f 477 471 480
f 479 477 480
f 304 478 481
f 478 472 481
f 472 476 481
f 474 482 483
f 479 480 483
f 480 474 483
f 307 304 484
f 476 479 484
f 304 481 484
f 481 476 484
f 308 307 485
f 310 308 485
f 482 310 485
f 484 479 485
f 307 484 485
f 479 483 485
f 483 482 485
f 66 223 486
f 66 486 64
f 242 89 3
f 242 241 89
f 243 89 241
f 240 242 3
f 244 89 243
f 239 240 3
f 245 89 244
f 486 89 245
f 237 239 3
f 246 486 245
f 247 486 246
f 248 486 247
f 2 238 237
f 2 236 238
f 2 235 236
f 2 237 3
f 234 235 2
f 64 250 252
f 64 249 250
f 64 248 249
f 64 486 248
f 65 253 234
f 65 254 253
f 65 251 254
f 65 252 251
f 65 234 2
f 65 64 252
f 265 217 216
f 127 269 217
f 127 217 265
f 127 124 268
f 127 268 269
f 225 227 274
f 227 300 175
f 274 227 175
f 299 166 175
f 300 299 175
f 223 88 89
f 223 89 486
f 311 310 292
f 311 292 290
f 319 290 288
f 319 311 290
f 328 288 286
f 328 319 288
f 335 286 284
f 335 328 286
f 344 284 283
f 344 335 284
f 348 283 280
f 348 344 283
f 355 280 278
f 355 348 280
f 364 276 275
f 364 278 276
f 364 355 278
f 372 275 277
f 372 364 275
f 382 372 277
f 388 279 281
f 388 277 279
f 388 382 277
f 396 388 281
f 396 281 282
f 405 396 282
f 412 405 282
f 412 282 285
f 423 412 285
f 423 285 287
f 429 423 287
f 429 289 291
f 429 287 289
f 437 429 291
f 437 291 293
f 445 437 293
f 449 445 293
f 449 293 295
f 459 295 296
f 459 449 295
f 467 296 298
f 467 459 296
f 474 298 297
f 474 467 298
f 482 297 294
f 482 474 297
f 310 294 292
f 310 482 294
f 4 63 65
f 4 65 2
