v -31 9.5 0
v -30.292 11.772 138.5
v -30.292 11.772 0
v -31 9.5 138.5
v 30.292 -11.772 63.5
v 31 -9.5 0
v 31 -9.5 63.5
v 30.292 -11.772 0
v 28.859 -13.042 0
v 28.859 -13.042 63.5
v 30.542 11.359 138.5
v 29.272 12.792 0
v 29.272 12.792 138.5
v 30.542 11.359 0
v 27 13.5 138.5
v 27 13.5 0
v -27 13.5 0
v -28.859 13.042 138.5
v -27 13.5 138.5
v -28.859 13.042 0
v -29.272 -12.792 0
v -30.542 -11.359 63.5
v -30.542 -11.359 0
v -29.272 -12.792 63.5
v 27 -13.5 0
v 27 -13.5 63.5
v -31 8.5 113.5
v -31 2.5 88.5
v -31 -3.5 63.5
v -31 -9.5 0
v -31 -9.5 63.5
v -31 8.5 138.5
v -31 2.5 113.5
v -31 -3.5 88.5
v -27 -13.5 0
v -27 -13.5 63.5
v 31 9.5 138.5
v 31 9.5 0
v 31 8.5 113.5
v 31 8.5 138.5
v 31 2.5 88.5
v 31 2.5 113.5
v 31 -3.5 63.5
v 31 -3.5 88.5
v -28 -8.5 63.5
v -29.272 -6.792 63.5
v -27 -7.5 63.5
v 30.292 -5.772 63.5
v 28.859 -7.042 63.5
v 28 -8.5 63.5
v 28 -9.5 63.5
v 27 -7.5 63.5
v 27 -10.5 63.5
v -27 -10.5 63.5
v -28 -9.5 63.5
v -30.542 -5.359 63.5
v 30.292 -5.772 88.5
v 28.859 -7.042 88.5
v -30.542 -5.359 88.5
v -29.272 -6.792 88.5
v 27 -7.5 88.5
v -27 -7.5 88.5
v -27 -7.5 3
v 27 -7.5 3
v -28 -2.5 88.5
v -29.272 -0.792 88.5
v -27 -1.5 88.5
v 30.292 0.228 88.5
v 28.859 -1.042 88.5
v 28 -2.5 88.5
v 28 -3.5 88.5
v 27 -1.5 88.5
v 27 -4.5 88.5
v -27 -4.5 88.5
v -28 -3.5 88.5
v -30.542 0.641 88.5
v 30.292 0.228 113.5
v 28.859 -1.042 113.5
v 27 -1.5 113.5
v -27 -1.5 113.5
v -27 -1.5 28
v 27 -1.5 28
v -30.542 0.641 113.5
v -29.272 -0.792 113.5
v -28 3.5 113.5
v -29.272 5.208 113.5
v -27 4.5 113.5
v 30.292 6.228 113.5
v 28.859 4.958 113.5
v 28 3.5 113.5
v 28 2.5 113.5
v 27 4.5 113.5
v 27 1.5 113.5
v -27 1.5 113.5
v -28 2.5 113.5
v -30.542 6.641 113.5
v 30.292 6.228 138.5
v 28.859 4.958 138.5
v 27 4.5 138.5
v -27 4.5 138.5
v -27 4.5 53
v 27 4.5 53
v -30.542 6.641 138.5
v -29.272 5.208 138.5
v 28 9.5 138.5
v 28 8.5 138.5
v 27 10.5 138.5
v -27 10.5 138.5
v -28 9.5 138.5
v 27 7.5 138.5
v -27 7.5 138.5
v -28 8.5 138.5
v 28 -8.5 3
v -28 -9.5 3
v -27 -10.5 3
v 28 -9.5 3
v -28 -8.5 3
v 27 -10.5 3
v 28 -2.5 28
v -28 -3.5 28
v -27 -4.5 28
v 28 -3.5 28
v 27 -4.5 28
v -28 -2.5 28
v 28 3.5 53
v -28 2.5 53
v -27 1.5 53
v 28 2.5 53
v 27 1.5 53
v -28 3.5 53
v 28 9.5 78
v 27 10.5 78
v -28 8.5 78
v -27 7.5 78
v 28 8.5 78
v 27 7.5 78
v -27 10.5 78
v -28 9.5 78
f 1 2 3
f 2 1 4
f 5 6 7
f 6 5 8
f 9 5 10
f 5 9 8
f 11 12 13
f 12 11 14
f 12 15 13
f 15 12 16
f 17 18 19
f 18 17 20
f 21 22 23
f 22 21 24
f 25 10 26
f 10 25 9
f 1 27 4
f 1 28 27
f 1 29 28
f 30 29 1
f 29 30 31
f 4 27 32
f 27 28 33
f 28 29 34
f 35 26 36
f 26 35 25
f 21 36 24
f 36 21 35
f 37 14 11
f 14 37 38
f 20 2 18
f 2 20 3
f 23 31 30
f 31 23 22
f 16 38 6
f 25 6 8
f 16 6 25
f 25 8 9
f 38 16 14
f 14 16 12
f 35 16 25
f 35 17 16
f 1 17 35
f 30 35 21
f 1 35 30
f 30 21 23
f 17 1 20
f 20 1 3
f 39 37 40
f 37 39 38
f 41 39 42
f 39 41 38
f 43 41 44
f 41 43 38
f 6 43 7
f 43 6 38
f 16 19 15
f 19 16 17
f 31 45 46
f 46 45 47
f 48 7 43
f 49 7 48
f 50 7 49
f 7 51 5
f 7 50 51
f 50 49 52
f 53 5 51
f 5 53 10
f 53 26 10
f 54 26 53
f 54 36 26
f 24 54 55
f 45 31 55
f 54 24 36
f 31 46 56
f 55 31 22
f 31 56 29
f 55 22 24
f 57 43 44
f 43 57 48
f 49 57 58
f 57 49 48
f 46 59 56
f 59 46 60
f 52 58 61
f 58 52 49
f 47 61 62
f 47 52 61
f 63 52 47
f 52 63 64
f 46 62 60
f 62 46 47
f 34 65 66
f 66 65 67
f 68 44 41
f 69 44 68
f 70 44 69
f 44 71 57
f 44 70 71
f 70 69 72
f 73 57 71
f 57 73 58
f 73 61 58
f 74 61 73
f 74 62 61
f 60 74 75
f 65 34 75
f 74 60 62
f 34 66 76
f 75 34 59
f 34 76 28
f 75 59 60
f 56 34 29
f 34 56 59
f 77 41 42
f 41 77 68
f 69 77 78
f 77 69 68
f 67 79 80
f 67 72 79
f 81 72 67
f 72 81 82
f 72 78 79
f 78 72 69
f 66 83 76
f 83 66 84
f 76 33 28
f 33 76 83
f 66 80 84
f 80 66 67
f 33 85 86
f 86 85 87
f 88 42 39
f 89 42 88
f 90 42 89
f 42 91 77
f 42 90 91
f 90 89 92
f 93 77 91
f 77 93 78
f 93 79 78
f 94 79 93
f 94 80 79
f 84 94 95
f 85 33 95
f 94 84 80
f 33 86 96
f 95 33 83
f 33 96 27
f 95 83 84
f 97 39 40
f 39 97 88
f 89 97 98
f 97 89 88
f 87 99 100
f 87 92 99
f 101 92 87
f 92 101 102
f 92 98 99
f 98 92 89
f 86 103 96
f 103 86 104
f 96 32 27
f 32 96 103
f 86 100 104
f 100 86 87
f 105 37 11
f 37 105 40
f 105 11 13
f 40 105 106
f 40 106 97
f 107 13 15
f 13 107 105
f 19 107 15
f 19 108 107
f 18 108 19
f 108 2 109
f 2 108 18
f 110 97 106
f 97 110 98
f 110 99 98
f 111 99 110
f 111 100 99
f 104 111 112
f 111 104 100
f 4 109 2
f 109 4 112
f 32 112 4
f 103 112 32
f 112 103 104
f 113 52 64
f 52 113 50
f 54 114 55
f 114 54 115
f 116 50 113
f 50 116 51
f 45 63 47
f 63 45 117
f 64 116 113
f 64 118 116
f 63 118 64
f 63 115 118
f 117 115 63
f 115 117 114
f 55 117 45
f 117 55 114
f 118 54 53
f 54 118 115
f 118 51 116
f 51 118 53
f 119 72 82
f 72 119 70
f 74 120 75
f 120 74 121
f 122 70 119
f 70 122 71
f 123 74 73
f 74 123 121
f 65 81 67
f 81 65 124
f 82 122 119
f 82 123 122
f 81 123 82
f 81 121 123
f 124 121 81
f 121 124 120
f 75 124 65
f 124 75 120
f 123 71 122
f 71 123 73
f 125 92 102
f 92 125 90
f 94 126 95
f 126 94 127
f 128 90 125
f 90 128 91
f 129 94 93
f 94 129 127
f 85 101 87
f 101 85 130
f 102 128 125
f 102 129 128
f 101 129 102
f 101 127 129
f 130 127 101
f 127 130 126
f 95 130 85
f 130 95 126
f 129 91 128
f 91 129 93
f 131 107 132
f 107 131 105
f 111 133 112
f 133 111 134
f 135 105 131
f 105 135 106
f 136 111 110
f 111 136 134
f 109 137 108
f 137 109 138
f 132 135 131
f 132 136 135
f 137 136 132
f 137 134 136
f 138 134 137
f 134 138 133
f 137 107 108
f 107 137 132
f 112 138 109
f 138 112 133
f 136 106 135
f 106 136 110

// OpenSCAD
// most important module, basic building block
module block(x, y, z, radius) {
    // by doing it in 2D and extruding it, we save time and CPU
    linear_extrude(height=z) {
        // by using hull and 2-dimensional for, we could omit this if/else statement for the sake of speed
        if ((y-2*radius) > 0) {
            offset(r=radius)
                square(size=[x-2*radius, y-2*radius], center=true);
        } else {
            // because we cannot make square with size [*,0]
            square(size=[x-2*radius, y], center=true);
            for(i=[-1,1])
                translate([i*(x/2-radius),0])
                    circle(r=radius);
        }
    }
}

module cardholder(size=[85, 54, 1],
                  thickness=3,
                  spacing=1,
                  cards=4,
                  delta=25,
                  visibility=0.3) {
    // make sure we have something to render
    if(cards >= 1 && (len(size) == 2 || len(size) == 3) && size[0] > 0 && size[1] > 0) {
        // sanity the inputs
        size = (len(size) < 3) ? [size[0], size[1], 0] : size;
        spacing = max(spacing,0);
        thickness = max(thickness,0);
        visibility = max(min(visibility,1),0);
        mir=(delta < 0) ? 1 : 0;
        delta = abs(delta);
        extra=size[2]+2*spacing+thickness; // extra size for each card except first (first is extra + thickness)
        mirror([0,mir,0]) {
            difference() {
                // base block
                for(c=[0:(cards-1)]) {
                    translate([0,c*extra/2,0]) // translate it to "the end"
                        block(size[1]+2*spacing+2*thickness, // always the same
                              (cards-c)*extra+thickness, // the higher the card num is, add less extra
                              thickness+spacing+(1-visibility)*size[0]+c*delta, // higher by delta each time
                              spacing+thickness); // always the same
                }
                // remove cards + spacing around them
                for(c=[0:(cards-1)]) {
                    // calculated shift on Y axis by experimenting and a lot of drawings :)
                    // also moved up on Z by thickness + deltas
                    translate([0,c*extra-((cards-1)*extra)/2,thickness+c*delta])
                    #block(size[1]+2*spacing,
                           size[2]+2*spacing,
                           size[0]+2*spacing,
                           spacing);
                }
            }
        }
    }
}

cardholder();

══════════════════════════════

#### Problem to solve
What is needed is an exact copy of the lines from the start of the listing through the line where "f 240 242 3" sits, please, both end lines included and nothing more.

#### Problem solution
f 477 471 480
f 479 477 480
f 304 478 481
f 478 472 481
f 472 476 481
f 474 482 483
f 479 480 483
f 480 474 483
f 307 304 484
f 476 479 484
f 304 481 484
f 481 476 484
f 308 307 485
f 310 308 485
f 482 310 485
f 484 479 485
f 307 484 485
f 479 483 485
f 483 482 485
f 66 223 486
f 66 486 64
f 242 89 3
f 242 241 89
f 243 89 241
f 240 242 3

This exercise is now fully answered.